Il est des pays où les autobus ont la vie plus longue que les frontières.
Magnifique incipit de ce court récit initiatique inscrit dans la violence et les déchirements de l’éclatement de la Yougoslavie!
« Chacun de nos gestes compte », explique Vera l’herboriste au narrateur qui est un de ses patients. Patient dans tous les sens du terme : consultant malade dans son corps en attente d’une aide que la médecine traditionnelle ne peut lui offrir, celui-ci écoute dans l’atmosphère enfumée que dispense Vera, les aventures de Vesko le teigneux à la recherche de son père en pleine zone de guerre.
Ce voyage hallucinatoire où les cicatrices de la guerre, les haines de ceux qui vivaient en harmonie quelques années plus tôt, les atrocités diverses et le chaos de la guerre s’opposent au calme du vieil homme, le Vieux, qui s’occupe de ses abeilles. Il refuse de partir sans s’être assuré que ses abeilles seront soignées et il embarque de lourds pots de miel dans la voiture de son fils Vesko le teigneux. Le chemin du retour sera parsemé de problèmes tous plus insurmontables les uns que les autres, mais le miel et les fioles du Vieux serviront de viatique et de passeport entre les différentes communautés. Le vieil homme n’oublie jamais que chacun est le père, le mari ou le frère de quelqu’un avant d’être de tel côté de la frontière, sagesse immémoriale : voir l’homme avant l’étranger.
Vera vient en aide au Vieux alors qu’elle le pense menacé de mort par son fils, le vieil homme lui rendra ce bienfait en miel, si important pour les soins que dispense Vera à ses patients : une chaîne de solidarité et de retours de bienfaits pour briser l’indifférence et la peur.
« Chacun de nos gestes compte », et ceux que l’on n’a pas faits pèseront aussi lourd que les autres.
J’ai beaucoup aimé ce récit initiatique dont le schéma classique de mise en abyme est dépoussiéré, secoué par le cadre historique, temporel et géographique de l’histoire principale.

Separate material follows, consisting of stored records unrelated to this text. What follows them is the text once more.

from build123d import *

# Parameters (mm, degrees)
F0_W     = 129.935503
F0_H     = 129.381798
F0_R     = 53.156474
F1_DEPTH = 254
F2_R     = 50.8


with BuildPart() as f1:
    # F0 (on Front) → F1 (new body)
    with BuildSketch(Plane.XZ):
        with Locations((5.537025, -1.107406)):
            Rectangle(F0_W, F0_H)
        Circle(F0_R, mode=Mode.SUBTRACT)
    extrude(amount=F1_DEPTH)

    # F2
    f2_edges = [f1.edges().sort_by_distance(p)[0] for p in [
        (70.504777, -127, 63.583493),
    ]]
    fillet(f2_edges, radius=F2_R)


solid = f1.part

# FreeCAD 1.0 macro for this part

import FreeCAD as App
import Part
import Sketcher
from FreeCAD import Vector
Q = App.Units.Quantity


def edges_at(feature, points):
    """Names of the edges that pass closest to the given points."""
    edges = feature.Shape.Edges
    near = lambda p: min(range(len(edges)), key=lambda i: edges[i].distToShape(Part.Vertex(*p))[0])
    return sorted({f"Edge{near(p) + 1}" for p in points})

doc = App.newDocument("Part")
body = doc.addObject("PartDesign::Body", "Body")

# Sketch on XZ plane
sketch1 = body.newObject("Sketcher::SketchObject", "Sketch")
sketch1.AttachmentSupport = (doc.getObject("XZ_Plane"), [""])
sketch1.MapMode = "FlatFace"
sketch1.addGeometry(Part.LineSegment(Vector(-59.430726, 63.583493, 0), Vector(-59.430726, -65.798305, 0)), False)
sketch1.addGeometry(Part.LineSegment(Vector(-59.430726, -65.798305, 0), Vector(70.504777, -65.798305, 0)), False)
sketch1.addGeometry(Part.LineSegment(Vector(70.504777, -65.798305, 0), Vector(70.504777, 63.583493, 0)), False)
sketch1.addGeometry(Part.LineSegment(Vector(70.504777, 63.583493, 0), Vector(-59.430726, 63.583493, 0)), False)
sketch1.addGeometry(Part.Circle(Vector(0, 0, 0), Vector(0, 0, 1), 53.156474), False)
sketch1.addConstraint(Sketcher.Constraint("Coincident", 0, 2, 1, 1))
sketch1.addConstraint(Sketcher.Constraint("Coincident", 1, 2, 2, 1))
sketch1.addConstraint(Sketcher.Constraint("Coincident", 2, 2, 3, 1))
sketch1.addConstraint(Sketcher.Constraint("Coincident", 3, 2, 0, 1))
sketch1.addConstraint(Sketcher.Constraint("Vertical", 0))
sketch1.addConstraint(Sketcher.Constraint("Horizontal", 1))
sketch1.addConstraint(Sketcher.Constraint("Vertical", 2))
sketch1.addConstraint(Sketcher.Constraint("Horizontal", 3))
sketch1.addConstraint(Sketcher.Constraint("Coincident", 4, 3, -1, 1))
sketch1.addConstraint(Sketcher.Constraint("Diameter", 4, Q("106.312948 mm")))
sketch1.addConstraint(Sketcher.Constraint("DistanceY", 0, 2, 0, 1, Q("129.381798 mm")))
sketch1.addConstraint(Sketcher.Constraint("DistanceX", 1, 1, 1, 2, Q("129.935503 mm")))
sketch1.addConstraint(Sketcher.Constraint("DistanceX", 0, 2, -1, 1, Q("59.430726 mm")))
sketch1.addConstraint(Sketcher.Constraint("DistanceY", 0, 2, -1, 1, Q("65.798305 mm")))
pad1 = body.newObject("PartDesign::Pad", "Pad")
pad1.Profile = sketch1
pad1.Length = Q("10 in")
doc.recompute()

fillet = body.newObject("PartDesign::Fillet", "Fillet")
fillet.Base = (pad1, edges_at(pad1, [(70.505, -127, 63.583)]))
fillet.Radius = Q("2 in")

doc.recompute()
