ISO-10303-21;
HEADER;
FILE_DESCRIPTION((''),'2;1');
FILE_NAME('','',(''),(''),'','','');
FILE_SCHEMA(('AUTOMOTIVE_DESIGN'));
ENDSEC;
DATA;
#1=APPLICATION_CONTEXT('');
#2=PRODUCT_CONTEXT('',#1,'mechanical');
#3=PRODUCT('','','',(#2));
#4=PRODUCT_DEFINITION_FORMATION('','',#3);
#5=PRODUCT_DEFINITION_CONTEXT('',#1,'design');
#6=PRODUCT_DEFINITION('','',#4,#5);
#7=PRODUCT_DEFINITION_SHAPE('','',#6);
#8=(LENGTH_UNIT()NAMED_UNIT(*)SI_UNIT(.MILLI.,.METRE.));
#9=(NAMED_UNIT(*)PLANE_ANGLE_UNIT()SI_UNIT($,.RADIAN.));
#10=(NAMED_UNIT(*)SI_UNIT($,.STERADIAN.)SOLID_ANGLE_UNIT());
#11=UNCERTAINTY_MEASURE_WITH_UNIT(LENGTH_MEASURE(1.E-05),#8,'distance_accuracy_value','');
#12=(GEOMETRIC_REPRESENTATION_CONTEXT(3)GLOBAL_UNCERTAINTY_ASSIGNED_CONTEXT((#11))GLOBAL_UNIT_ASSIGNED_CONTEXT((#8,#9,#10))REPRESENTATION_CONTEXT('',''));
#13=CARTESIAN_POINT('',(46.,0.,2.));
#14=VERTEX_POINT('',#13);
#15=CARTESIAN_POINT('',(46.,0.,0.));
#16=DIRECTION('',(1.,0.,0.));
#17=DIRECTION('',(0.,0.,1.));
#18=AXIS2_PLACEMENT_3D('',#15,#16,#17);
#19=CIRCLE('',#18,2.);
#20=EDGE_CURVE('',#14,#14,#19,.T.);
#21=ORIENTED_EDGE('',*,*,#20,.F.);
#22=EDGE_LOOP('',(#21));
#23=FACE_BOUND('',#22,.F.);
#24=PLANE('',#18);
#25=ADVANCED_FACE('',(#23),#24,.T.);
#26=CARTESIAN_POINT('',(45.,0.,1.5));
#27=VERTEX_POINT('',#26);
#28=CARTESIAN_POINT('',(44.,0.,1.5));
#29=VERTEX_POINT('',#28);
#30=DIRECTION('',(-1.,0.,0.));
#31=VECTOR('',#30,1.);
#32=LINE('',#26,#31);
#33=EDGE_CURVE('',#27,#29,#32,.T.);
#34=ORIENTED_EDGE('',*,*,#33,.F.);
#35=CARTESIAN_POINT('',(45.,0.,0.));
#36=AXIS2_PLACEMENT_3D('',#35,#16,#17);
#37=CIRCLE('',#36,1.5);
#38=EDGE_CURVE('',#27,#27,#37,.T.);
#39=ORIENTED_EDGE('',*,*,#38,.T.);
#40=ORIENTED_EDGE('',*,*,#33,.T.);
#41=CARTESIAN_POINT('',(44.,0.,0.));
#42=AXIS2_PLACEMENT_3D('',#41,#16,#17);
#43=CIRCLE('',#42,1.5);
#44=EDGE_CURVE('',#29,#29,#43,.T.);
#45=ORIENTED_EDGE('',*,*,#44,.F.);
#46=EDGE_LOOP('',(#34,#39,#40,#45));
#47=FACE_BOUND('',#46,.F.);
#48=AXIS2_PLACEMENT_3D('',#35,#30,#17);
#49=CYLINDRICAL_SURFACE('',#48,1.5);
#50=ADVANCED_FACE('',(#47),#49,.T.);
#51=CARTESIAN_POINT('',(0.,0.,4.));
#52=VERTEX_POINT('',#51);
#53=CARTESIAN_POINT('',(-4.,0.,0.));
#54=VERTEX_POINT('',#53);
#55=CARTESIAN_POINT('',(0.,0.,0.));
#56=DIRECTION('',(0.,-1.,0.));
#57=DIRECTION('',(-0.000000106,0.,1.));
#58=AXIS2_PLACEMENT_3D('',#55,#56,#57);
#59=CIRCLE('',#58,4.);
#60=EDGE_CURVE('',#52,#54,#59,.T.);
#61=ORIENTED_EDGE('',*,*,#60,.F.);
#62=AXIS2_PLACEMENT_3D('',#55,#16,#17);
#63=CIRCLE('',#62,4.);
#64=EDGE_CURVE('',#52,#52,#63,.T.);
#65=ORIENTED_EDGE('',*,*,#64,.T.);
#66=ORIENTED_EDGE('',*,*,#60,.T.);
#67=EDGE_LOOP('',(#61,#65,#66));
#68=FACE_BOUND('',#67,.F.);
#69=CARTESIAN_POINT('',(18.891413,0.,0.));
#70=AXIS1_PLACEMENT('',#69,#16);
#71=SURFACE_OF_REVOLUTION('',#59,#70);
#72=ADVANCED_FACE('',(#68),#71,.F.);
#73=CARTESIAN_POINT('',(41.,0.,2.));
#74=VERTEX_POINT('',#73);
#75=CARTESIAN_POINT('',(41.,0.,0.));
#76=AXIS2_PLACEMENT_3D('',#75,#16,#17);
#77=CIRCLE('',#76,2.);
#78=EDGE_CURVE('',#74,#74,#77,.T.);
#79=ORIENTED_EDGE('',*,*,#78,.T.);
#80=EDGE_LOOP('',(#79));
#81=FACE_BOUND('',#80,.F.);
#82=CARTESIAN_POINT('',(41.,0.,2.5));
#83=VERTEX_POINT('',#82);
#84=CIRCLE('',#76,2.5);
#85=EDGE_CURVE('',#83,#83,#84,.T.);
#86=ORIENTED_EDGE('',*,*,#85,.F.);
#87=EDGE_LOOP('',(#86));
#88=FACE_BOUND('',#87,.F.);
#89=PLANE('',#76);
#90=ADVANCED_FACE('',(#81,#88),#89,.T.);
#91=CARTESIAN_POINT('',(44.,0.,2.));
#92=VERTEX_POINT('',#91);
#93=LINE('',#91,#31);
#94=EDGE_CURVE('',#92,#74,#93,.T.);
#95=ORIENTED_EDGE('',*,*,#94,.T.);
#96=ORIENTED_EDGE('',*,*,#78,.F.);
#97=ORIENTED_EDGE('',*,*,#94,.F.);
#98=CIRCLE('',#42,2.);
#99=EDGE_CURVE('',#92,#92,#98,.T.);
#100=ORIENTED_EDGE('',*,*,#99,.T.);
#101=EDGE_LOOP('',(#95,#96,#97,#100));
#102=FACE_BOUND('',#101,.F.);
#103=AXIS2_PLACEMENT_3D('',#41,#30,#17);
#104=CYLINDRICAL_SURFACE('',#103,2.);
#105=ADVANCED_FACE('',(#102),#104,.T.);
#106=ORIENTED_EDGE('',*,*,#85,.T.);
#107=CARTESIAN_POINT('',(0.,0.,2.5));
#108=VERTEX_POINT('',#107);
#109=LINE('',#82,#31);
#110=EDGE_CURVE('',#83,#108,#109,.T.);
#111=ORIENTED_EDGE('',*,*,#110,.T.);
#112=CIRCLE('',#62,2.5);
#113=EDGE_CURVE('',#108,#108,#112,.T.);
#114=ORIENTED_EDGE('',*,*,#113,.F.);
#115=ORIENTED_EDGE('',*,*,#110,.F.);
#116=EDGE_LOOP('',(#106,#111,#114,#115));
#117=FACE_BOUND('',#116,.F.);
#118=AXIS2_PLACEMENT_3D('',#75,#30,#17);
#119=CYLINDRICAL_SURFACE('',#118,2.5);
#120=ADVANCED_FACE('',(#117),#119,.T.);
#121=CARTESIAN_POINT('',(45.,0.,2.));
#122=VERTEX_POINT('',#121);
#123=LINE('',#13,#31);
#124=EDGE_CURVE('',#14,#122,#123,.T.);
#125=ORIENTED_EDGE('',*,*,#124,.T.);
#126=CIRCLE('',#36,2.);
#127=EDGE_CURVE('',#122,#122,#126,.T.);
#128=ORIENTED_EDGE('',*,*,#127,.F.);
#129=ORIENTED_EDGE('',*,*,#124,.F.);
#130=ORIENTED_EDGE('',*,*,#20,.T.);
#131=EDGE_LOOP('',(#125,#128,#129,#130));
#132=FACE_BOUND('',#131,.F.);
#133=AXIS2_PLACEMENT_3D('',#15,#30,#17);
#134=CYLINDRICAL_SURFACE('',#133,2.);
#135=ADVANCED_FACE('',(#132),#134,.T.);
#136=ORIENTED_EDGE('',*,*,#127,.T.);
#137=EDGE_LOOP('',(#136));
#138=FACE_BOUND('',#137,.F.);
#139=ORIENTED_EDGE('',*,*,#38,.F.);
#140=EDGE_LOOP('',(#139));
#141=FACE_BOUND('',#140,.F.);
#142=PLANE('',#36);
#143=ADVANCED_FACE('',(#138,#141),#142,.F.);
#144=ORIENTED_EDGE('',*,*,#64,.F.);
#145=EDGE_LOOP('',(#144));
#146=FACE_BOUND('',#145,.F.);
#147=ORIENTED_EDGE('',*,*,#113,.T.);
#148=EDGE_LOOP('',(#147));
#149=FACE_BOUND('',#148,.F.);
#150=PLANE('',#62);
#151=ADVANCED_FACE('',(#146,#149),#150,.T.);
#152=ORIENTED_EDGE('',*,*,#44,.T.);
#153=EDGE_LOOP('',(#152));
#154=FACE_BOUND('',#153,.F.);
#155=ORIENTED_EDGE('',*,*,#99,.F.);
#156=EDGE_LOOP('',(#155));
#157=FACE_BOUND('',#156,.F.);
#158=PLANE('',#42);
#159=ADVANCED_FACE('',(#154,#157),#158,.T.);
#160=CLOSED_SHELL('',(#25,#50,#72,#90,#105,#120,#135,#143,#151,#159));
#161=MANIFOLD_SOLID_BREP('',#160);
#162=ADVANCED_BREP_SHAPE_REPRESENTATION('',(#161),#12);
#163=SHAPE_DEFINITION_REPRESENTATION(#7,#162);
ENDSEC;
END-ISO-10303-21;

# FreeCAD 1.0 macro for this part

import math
import FreeCAD as App
import Part
import Sketcher
from FreeCAD import Vector
Q = App.Units.Quantity

doc = App.newDocument("Part")
params = doc.addObject("Spreadsheet::Sheet", "Params")
for row, (alias, value) in enumerate([
    ("sketch1_radius", "4 mm"),
    ("sketch1_width", "41 mm"),
    ("sketch1_width2", "50 mm"),
    ("sketch1_width3", "1 mm"),
    ("sketch1_height", "2 mm"),
    ("revolution_angle", "360 deg"),
], start=1):
    params.set(f"A{row}", alias)
    params.set(f"B{row}", "=" + value)
    params.setAlias(f"B{row}", alias)

body = doc.addObject("PartDesign::Body", "Body")

# Sketch on XZ plane
sketch1 = doc.addObject("Sketcher::SketchObject", "Sketch")
body.addObject(sketch1)
sketch1.AttachmentSupport = (doc.XZ_Plane, [""])
sketch1.MapMode = "FlatFace"
sketch1.addGeometry([
    Part.LineSegment(Vector(41, 2.5, 0), Vector(0, 2.5, 0)),  # 0
    Part.LineSegment(Vector(0, 2.5, 0), Vector(0, 4, 0)),  # 1
    Part.ArcOfCircle(Part.Circle(Vector(0, 0, 0), Vector(0, 0, 1), 4), math.radians(90), math.radians(180)),  # 2
    Part.LineSegment(Vector(-4, 0, 0), Vector(46, 0, 0)),  # 3
    Part.LineSegment(Vector(46, 0, 0), Vector(46, 2, 0)),  # 4
    Part.LineSegment(Vector(46, 2, 0), Vector(45, 2, 0)),  # 5
    Part.LineSegment(Vector(45, 2, 0), Vector(45, 1.5, 0)),  # 6
    Part.LineSegment(Vector(45, 1.5, 0), Vector(44, 1.5, 0)),  # 7
    Part.LineSegment(Vector(44, 1.5, 0), Vector(44, 2, 0)),  # 8
    Part.LineSegment(Vector(44, 2, 0), Vector(41, 2, 0)),  # 9
    Part.LineSegment(Vector(41, 2, 0), Vector(41, 2.5, 0)),  # 10
], False)
sketch1.addConstraint([
    Sketcher.Constraint("Coincident", 0, 2, 1, 1),
    Sketcher.Constraint("Coincident", 1, 2, 2, 1),
    Sketcher.Constraint("Coincident", 2, 2, 3, 1),
    Sketcher.Constraint("Coincident", 3, 2, 4, 1),
    Sketcher.Constraint("Coincident", 4, 2, 5, 1),
    Sketcher.Constraint("Coincident", 5, 2, 6, 1),
    Sketcher.Constraint("Coincident", 6, 2, 7, 1),
    Sketcher.Constraint("Coincident", 7, 2, 8, 1),
    Sketcher.Constraint("Coincident", 8, 2, 9, 1),
    Sketcher.Constraint("Coincident", 9, 2, 10, 1),
    Sketcher.Constraint("Coincident", 10, 2, 0, 1),
    Sketcher.Constraint("Horizontal", 0),
    Sketcher.Constraint("Vertical", 1),
    Sketcher.Constraint("Horizontal", 3),
    Sketcher.Constraint("Vertical", 4),
    Sketcher.Constraint("Horizontal", 5),
    Sketcher.Constraint("Vertical", 6),
    Sketcher.Constraint("Horizontal", 7),
    Sketcher.Constraint("Vertical", 8),
    Sketcher.Constraint("Horizontal", 9),
    Sketcher.Constraint("Vertical", 10),
    Sketcher.Constraint("Coincident", 2, 3, -1, 1),
    Sketcher.Constraint("PointOnObject", 0, 2, -2),
    Sketcher.Constraint("PointOnObject", 2, 2, -1),
    Sketcher.Constraint("Horizontal", 5, 2, 8, 2),
    Sketcher.Constraint("Equal", 5, 7),
    Sketcher.Constraint("Equal", 8, 10),
    Sketcher.Constraint("Radius", 2, Q("4 mm")),
    Sketcher.Constraint("DistanceX", 0, 2, 0, 1, Q("41 mm")),
    Sketcher.Constraint("DistanceX", 3, 1, 3, 2, Q("50 mm")),
    Sketcher.Constraint("DistanceX", 5, 2, 5, 1, Q("1 mm")),
    Sketcher.Constraint("DistanceY", 4, 1, 4, 2, Q("2 mm")),
    Sketcher.Constraint("DistanceY", 1, 1, 1, 2, Q("1.5 mm")),
])
sketch1.setExpression("Constraints[27]", "Params.sketch1_radius")
sketch1.setExpression("Constraints[28]", "Params.sketch1_width")
sketch1.setExpression("Constraints[29]", "Params.sketch1_width2")
sketch1.setExpression("Constraints[30]", "Params.sketch1_width3")
sketch1.setExpression("Constraints[31]", "Params.sketch1_height")
revolution = doc.addObject("PartDesign::Revolution", "Revolution")
body.addObject(revolution)
revolution.Profile = sketch1
revolution.ReferenceAxis = (sketch1, ["H_Axis"])
revolution.setExpression("Angle", "Params.revolution_angle")

doc.recompute()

Les stigmates de la guerre dans l’esprit des gens sont finement décrits : la guerre ne s’arrête pas à ceux qui l’ont vécue, elle envahit l’imaginaire des générations suivantes, comme la petite fille qui a regardé les informations à la télévision. Je l’ai constaté avec la seconde guerre mondiale lorsque j’ai écrit la biographie d’un grand résistant et plus tard, quand j’ai rédigé Après la guerre, j’aurais aimé disposer de miel pour soigner les blessures des hommes.